Urinalysis may intrude upon a person's privacy in two ways. First, the subject is monitored while providing the actual sample. In the case of the Vernonia policy, boys were visually monitored from behind while providing the sample, while girls were monitored aurally from outside a closed stall. The Court considered this a "negligible" intrusion on the subject's privacy interest. Second, the test discloses personal information concerning "the state of the subject's body and the materials he has ingested." But the school was testing only for the use of drugs, not whether the student was diabetic or pregnant. The results of the test were disclosed only to a small group of school officials and not to law enforcement. And although the Vernonia policy required students to disclose prescription drugs the student was taking in advance, the Court was unwilling to assume that the school district would misuse the medical information disclosed to it by student-athletes. The Court thus concluded that the invasion of privacy was "not significant."
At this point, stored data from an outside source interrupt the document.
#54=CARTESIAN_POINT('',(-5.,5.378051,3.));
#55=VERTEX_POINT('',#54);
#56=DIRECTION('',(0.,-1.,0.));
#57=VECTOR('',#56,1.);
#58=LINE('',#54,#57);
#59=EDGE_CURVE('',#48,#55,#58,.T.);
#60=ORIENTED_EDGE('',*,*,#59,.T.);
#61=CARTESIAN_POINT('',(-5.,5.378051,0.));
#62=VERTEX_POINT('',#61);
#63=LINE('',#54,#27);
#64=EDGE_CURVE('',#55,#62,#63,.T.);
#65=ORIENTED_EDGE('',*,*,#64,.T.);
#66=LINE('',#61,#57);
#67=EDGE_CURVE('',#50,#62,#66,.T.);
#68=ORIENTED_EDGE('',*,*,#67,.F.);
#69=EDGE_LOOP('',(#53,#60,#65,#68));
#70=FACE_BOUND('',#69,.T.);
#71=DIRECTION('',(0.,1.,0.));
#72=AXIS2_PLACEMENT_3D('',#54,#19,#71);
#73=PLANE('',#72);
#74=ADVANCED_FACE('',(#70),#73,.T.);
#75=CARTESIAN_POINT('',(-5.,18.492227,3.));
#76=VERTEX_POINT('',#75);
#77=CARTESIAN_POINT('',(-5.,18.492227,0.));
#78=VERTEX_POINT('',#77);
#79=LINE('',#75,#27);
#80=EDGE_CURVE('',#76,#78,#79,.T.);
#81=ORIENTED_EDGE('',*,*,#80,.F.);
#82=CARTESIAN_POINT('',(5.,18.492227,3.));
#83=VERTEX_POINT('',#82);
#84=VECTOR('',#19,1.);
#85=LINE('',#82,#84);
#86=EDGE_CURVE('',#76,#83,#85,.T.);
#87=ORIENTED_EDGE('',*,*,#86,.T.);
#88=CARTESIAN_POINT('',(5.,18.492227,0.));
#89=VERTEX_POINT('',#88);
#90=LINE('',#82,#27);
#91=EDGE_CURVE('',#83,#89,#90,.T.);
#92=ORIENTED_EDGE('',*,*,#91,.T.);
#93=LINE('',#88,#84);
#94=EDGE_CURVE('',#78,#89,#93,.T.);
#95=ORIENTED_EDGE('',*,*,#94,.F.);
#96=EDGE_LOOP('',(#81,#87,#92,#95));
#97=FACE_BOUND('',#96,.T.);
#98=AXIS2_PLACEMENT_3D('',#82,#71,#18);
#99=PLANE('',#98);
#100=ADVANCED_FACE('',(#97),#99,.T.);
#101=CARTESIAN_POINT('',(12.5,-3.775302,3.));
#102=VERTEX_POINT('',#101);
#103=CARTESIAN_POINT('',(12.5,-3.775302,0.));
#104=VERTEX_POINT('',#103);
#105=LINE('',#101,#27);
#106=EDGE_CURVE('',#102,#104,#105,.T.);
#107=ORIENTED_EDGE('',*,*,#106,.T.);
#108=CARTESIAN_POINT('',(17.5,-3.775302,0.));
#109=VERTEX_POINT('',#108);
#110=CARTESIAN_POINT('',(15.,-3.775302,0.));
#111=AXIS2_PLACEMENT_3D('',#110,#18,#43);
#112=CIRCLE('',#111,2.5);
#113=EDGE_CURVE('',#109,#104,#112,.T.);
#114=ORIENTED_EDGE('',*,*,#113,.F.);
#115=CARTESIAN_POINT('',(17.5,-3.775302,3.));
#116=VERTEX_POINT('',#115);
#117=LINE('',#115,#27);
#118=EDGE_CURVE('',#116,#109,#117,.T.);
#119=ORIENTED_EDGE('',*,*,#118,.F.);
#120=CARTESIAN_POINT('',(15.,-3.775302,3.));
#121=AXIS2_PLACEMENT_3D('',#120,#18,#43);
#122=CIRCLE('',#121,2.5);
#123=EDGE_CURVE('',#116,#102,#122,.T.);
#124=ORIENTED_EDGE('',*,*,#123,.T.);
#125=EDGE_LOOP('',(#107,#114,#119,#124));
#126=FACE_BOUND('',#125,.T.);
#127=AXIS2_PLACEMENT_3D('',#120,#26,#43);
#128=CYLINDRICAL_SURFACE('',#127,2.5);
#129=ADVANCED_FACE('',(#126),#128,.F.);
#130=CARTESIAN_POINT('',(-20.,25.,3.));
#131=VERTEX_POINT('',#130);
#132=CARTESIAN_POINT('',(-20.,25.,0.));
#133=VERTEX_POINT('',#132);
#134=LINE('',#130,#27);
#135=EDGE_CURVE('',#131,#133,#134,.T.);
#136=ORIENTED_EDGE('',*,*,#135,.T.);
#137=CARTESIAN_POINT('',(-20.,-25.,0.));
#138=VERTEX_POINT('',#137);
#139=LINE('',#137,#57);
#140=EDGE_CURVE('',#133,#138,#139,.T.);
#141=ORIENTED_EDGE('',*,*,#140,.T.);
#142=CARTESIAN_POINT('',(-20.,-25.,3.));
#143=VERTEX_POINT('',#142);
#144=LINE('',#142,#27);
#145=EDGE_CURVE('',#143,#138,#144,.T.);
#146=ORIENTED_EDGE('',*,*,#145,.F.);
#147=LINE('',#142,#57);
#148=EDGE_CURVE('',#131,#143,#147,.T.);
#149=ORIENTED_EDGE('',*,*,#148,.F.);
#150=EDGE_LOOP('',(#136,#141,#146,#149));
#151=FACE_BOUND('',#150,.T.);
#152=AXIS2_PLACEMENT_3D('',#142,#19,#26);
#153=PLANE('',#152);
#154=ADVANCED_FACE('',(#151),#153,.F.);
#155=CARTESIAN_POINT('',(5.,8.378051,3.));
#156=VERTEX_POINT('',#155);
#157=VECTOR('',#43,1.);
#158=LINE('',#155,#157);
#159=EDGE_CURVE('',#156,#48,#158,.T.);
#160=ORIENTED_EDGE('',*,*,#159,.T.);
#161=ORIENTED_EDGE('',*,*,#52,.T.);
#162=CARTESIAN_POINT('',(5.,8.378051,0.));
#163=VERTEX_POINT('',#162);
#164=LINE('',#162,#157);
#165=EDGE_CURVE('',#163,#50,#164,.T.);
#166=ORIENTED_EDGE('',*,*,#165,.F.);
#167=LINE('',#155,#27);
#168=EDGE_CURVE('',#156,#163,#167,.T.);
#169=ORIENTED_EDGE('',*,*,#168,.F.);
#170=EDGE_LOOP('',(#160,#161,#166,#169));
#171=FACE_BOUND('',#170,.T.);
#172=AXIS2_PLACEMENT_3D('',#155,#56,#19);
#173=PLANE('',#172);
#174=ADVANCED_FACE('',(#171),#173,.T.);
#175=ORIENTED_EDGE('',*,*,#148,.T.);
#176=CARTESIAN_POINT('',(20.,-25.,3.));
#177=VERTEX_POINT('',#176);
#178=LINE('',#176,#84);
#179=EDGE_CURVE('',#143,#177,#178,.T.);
By contrast, the schools' interest in deterring drug use among students was truly important. Drug use has a more deleterious effect on adolescents than on adults. The "effects of a drug-infested school are visited not just upon the users, but upon the entire student body and faculty, as the educational process is disrupted." Drug use by student-athletes, moreover, increases the risk of injury during sporting events themselves. The Vernonia student-athletes were the leaders of the drug culture at the school; it was "self-evident" to the Court that "a drug problem largely fueled by the 'role model' effect of athletes' drug use, and particular danger to athletes, is effectively addressed by making sure that athletes do not use drugs." The students argued that a less intrusive policy would require some individualized suspicion before testing a student for drugs, but the Court observed that the Fourth Amendment's reasonableness requirement did not demand the use of the least intrusive means to achieve the government's aims. Thus, the Vernonia policy was a reasonable search under the Fourth Amendment.
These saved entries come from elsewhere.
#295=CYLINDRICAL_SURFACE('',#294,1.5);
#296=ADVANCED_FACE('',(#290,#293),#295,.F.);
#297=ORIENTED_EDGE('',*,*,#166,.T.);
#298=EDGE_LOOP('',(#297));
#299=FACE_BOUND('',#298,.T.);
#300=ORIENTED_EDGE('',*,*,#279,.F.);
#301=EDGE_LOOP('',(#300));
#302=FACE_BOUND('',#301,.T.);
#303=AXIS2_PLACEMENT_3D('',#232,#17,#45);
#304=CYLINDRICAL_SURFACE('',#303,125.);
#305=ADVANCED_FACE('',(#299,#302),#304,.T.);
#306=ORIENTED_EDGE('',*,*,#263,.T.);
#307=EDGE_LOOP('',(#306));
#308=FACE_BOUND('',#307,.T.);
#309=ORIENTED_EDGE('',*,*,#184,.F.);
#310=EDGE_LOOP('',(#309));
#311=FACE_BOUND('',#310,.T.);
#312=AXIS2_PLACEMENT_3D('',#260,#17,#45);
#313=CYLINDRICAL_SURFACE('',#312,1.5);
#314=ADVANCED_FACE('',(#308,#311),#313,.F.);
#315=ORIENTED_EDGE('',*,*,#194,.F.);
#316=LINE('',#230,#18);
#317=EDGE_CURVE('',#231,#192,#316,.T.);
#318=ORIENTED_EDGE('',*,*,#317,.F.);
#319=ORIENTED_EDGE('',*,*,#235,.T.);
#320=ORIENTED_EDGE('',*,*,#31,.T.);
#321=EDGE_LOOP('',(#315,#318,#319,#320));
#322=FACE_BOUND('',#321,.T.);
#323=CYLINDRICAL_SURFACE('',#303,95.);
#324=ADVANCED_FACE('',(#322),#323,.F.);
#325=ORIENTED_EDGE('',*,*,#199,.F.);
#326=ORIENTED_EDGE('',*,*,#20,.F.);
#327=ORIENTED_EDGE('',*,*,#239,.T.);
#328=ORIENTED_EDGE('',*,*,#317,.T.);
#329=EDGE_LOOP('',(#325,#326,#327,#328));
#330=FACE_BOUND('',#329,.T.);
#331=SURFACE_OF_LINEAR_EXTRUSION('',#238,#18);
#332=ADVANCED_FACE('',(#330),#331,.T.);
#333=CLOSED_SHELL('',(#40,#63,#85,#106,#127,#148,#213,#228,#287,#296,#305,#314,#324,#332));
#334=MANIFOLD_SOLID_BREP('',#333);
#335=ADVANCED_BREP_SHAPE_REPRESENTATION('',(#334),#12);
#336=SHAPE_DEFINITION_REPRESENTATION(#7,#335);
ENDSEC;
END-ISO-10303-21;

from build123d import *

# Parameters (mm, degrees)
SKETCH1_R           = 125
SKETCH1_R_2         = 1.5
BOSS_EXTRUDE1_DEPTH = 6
=== Dissenting opinion ===
Justice Sandra Day O'Connor dissented because the Court's decision did not rest on the requirement of individualized suspicion and did not adequately explain why individualized suspicion was not required in this context. Historically, the Court had disapproved of blanket searches, particularly in the criminal context, where the search was more than minimally intrusive. More recently, the Court had limited its willingness to dispense with the individualized suspicion requirement only in particularly dangerous contexts, such as prisons. Furthermore, the school district itself already had in place a discipline system based on individualized suspicion for a variety of infractions, such that adding drug testing to the mix would not be particularly onerous. All the evidence justifying the drug testing program "consisted of first- or second-hand stories of particular, identifiable students acting in ways that gave rise to reasonable suspicion of in-school drug use." If the school district had acted against these particular students, it could have avoided intruding on Acton's Fourth Amendment rights at all.

==Later developments==
The court considered a similar question in Independent School District No. 92 v. Earls, 536 U.S. 822. The court upheld the practice of a school district requiring students who chose to do extracurricular activities to submit to drug testing.